EXERCISE OBJECTIVE - Please go line by line through the material and copy each one containing the word "SUBTRACT".

+ + + + +

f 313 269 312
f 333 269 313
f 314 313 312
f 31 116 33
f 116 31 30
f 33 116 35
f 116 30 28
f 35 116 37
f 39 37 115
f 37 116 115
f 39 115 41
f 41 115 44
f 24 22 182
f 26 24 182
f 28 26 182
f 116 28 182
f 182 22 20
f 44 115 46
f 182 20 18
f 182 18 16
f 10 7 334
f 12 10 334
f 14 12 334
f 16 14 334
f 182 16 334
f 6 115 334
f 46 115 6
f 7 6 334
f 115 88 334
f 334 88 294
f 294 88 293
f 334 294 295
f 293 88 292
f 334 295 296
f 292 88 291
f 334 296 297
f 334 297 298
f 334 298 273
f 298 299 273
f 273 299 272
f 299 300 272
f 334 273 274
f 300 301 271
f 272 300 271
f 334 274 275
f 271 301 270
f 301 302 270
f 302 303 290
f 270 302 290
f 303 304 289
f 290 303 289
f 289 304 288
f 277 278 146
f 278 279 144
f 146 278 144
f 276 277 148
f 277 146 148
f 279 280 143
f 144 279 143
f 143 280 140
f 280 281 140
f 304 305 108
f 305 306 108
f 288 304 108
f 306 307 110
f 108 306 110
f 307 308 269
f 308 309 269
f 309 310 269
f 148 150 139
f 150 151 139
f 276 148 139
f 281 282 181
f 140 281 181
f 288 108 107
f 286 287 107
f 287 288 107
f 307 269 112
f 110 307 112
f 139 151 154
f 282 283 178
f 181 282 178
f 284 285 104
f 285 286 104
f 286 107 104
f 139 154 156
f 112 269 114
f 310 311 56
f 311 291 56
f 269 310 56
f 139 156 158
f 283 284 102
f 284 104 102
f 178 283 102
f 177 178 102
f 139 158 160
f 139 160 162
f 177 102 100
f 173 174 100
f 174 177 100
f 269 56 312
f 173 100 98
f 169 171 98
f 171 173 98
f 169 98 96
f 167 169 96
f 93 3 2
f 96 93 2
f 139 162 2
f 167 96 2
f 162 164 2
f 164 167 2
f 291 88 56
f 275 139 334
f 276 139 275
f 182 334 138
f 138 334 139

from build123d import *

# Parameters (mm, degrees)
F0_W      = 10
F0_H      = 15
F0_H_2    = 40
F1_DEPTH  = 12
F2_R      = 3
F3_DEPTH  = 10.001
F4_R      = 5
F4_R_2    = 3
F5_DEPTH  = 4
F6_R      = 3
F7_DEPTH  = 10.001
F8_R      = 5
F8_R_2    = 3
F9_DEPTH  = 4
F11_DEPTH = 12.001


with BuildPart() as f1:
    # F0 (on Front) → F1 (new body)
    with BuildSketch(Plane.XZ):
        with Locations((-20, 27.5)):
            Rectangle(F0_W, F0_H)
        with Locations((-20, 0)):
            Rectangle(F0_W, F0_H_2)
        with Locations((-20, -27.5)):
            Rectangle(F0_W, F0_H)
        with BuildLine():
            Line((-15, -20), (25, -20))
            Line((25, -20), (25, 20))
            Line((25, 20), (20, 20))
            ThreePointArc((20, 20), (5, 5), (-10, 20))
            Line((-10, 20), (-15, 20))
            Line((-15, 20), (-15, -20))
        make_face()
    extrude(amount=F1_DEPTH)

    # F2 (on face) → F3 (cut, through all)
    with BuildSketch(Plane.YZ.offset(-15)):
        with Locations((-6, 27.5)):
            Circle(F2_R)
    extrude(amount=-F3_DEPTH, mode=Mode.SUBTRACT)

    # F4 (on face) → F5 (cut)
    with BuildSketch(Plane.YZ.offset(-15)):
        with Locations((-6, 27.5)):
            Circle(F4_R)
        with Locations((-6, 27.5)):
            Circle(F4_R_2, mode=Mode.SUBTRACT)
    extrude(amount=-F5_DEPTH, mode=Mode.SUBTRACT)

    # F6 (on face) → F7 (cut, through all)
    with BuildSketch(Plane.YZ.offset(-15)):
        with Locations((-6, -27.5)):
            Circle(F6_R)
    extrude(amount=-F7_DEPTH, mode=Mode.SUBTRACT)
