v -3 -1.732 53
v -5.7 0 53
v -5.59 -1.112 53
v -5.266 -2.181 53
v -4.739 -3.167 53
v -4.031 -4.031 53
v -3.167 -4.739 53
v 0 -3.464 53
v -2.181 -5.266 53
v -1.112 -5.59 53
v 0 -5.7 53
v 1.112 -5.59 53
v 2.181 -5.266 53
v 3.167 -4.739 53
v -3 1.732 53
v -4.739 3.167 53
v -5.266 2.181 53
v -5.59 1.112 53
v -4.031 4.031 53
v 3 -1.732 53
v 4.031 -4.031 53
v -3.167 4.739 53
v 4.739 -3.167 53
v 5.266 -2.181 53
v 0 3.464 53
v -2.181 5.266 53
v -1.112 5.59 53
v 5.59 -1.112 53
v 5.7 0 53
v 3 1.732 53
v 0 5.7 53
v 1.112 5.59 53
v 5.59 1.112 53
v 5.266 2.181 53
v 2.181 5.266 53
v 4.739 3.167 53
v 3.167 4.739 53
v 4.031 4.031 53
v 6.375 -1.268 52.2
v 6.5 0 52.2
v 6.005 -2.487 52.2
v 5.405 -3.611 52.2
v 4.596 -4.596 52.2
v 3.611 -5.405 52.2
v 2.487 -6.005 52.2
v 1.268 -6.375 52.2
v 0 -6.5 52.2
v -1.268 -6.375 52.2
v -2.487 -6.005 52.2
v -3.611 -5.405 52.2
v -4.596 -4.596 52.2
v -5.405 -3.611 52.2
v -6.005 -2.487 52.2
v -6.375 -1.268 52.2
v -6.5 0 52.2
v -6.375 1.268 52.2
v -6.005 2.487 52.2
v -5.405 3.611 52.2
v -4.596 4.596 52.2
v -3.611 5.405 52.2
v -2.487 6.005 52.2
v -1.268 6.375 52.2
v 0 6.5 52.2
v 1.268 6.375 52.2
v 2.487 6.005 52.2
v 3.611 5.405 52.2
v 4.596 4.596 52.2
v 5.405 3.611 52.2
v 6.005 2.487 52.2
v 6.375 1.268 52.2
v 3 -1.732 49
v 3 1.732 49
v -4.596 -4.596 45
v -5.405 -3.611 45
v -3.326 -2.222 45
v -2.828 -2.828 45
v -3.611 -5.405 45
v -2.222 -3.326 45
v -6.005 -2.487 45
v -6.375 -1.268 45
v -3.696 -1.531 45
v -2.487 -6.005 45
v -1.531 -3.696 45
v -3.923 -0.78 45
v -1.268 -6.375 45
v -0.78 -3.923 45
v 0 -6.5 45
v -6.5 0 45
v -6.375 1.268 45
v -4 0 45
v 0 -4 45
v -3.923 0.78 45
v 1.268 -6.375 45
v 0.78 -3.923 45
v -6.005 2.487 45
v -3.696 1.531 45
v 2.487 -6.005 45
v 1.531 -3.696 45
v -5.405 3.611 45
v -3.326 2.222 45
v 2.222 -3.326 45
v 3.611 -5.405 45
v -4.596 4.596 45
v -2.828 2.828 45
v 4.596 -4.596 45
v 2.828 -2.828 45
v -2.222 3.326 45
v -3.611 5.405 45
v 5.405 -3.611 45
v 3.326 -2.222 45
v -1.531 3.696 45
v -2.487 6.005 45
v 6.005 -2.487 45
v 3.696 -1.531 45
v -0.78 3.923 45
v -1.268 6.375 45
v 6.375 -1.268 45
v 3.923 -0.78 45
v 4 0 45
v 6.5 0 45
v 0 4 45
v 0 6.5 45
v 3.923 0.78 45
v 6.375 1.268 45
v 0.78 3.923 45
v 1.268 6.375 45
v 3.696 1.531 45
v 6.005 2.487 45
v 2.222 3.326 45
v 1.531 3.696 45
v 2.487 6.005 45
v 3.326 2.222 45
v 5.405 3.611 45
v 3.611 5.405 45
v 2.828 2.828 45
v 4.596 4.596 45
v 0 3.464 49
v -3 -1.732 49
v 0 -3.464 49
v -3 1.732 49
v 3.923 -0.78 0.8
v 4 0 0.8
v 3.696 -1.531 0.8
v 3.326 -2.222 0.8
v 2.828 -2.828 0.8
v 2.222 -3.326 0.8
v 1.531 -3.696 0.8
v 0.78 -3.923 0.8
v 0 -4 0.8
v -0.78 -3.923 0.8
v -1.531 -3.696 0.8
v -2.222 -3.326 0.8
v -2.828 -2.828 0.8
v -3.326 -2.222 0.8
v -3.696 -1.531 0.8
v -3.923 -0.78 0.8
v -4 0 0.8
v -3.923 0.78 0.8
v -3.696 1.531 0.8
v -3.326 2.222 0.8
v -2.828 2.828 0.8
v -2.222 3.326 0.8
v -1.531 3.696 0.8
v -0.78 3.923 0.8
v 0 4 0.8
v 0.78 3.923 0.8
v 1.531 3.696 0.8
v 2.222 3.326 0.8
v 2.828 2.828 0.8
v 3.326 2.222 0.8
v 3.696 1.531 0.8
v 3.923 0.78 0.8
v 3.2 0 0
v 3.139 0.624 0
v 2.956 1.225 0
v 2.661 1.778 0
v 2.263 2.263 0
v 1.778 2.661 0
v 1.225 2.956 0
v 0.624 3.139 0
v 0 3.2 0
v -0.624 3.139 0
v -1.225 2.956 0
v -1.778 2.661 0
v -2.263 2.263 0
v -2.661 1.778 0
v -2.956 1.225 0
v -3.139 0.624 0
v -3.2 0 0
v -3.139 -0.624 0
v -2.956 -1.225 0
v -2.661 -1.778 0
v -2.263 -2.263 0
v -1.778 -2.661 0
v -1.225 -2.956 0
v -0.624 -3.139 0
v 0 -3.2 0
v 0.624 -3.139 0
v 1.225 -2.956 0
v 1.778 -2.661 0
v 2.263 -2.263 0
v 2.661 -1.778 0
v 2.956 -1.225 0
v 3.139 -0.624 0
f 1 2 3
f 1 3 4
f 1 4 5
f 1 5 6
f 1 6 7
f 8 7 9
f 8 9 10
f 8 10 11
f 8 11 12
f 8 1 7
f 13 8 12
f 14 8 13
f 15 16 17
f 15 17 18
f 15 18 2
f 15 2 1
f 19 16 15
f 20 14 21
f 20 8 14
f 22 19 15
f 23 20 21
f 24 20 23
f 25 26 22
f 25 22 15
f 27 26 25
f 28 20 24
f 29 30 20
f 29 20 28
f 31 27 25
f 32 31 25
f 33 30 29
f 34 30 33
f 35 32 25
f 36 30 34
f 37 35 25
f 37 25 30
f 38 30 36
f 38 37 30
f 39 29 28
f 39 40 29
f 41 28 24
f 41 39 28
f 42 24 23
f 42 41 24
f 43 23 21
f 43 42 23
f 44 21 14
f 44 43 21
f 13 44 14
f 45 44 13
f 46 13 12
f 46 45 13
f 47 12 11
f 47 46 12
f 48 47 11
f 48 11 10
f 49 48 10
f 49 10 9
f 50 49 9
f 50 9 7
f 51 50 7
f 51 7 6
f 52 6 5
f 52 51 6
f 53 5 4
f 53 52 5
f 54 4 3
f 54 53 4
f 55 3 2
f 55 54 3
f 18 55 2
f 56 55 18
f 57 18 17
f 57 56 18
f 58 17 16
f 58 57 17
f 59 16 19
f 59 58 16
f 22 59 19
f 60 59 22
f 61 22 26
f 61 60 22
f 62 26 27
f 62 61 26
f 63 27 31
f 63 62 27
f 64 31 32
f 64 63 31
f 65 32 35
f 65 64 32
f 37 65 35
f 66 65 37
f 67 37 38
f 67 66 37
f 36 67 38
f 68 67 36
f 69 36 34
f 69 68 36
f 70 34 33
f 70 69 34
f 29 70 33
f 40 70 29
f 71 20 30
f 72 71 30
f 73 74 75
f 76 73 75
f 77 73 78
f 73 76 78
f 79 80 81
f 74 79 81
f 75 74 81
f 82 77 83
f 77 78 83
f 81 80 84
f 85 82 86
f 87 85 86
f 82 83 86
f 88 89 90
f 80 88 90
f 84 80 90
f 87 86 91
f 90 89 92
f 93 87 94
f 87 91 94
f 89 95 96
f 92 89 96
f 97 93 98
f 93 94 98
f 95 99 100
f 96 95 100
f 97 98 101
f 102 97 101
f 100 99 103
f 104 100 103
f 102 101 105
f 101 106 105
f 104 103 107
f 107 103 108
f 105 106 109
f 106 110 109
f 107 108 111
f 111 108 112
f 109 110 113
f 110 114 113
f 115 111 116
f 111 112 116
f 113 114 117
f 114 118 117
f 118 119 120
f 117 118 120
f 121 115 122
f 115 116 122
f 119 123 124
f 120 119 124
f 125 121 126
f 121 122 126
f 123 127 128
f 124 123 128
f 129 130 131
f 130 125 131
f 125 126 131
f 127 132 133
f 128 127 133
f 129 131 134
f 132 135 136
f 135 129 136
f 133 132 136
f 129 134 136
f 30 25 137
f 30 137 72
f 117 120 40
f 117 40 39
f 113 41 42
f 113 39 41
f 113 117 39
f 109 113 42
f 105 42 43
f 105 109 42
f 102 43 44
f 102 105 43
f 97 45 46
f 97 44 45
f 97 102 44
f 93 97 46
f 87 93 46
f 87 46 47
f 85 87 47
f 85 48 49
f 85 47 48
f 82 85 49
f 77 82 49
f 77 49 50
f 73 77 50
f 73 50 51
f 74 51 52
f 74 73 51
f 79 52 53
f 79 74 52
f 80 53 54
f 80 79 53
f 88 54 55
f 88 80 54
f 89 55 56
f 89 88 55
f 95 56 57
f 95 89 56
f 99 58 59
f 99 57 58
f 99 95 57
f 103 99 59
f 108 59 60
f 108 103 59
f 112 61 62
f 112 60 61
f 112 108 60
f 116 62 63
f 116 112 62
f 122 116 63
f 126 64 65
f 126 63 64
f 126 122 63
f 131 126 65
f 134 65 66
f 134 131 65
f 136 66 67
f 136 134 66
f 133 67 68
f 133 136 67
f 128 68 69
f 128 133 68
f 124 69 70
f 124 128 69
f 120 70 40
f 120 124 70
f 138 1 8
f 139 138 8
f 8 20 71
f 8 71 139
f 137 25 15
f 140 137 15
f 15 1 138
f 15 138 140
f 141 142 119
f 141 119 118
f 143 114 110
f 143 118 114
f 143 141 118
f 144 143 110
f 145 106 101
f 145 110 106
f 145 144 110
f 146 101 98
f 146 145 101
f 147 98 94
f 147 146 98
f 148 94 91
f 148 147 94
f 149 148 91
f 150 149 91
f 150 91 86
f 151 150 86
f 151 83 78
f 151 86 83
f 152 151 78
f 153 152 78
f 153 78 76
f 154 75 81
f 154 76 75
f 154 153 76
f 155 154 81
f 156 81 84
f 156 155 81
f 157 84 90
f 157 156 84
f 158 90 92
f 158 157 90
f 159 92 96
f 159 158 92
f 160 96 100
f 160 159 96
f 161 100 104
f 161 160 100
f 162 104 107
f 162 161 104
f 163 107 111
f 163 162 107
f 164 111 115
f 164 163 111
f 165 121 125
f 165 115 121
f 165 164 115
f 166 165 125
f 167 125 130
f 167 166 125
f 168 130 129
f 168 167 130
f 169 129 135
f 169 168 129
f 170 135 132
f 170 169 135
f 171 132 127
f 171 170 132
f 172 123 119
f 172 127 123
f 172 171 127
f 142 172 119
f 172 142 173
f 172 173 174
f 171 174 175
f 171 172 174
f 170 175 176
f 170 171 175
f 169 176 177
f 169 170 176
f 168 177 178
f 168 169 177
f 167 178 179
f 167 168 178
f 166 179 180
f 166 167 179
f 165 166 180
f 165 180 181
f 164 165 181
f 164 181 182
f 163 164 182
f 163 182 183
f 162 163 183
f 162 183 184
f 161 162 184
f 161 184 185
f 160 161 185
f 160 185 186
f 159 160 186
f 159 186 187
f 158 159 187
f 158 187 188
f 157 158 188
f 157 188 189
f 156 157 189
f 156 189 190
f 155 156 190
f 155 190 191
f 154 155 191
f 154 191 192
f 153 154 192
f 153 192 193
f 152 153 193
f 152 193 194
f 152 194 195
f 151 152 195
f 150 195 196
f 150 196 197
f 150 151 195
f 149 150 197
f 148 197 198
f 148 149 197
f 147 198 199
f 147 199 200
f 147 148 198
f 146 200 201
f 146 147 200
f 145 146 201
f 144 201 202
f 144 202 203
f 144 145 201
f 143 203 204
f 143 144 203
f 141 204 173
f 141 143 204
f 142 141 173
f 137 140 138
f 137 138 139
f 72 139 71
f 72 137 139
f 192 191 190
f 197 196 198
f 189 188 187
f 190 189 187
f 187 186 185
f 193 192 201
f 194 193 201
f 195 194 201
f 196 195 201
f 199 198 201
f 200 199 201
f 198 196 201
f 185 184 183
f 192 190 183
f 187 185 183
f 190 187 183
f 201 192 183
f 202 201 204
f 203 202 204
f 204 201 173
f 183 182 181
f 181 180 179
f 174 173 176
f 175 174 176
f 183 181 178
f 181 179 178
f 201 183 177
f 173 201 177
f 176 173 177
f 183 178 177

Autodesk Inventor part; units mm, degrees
ref_plane "YZ Plane" through (0, 0, 0) normal (1, 0, 0) x (0, 1, 0)
ref_plane "XZ Plane" through (0, 0, 0) normal (0, 1, 0) x (-1, 0, 0)
ref_plane "XY Plane" through (0, 0, 0) normal (0, 0, 1) x (1, 0, 0)
sketch "Sketch1" plane through (0, 0, 0) normal (0, 0, 1) x (1, 0, 0)
  circle A0 centre (0, 0) radius 4
  dimension "Diameter" = 8
extrude "Extrusion1" add sketch "Sketch1" along normal blind 45
sketch "Sketch2" plane through (0, 0, 45) normal (0, 0, 1) x (1, 0, 0)
  circle A0 centre (0, 0) radius 4 projected
  circle A1 centre (0, 0) radius 6.5
  dimension "Head_Diameter" = 13
extrude "Extrusion2" add sketch "Sketch2" along normal blind 8 contours A0 | A1
sketch "Sketch3" plane through (0, 0, 53) normal (0, 0, 1) x (1, 0, 0)
  circle A0 centre (0, 0) radius 6.5 projected
  circle A1 centre (0, 0) radius 3.4641 construction
  line L0 (0, 3.4641) -> (3, 1.7321)
  line L1 (3, -1.7321) -> (3, 1.7321)
  line L2 (0, 3.4641) -> (-3, 1.7321)
  line L3 (-3, -1.7321) -> (-3, 1.7321)
  line L4 (-3, -1.7321) -> (0, -3.4641)
  line L5 (3, -1.7321) -> (0, -3.4641)
  dimension "Hex_Width" = 6
extrude "Extrusion3" cut sketch "Sketch3" against normal blind 4 contours L0 L1 L5 L4 L3 L2
thread "Thread1" size "M8x1.25" class "4g6g" standard "ANSI Metric M Profile" length 30
chamfer "Chamfer1" distance 0.8 angle 45 2 edges at (-6.5, 0, 53) (-4, 0, 0)
equation "\"d12\" = Chamfer"
equation "\"ThreadLength\" = 16"
equation "\"Chamfer\" = 0.8"
properties part number "SCREW,SOCKET HD,P,12.9,M8X1.25X45MM"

+ + + + +

SOLUTION BELOW -
    extrude(amount=-F3_DEPTH, mode=Mode.SUBTRACT)
            Circle(F4_R_2, mode=Mode.SUBTRACT)
    extrude(amount=-F5_DEPTH, mode=Mode.SUBTRACT)
    extrude(amount=-F7_DEPTH, mode=Mode.SUBTRACT)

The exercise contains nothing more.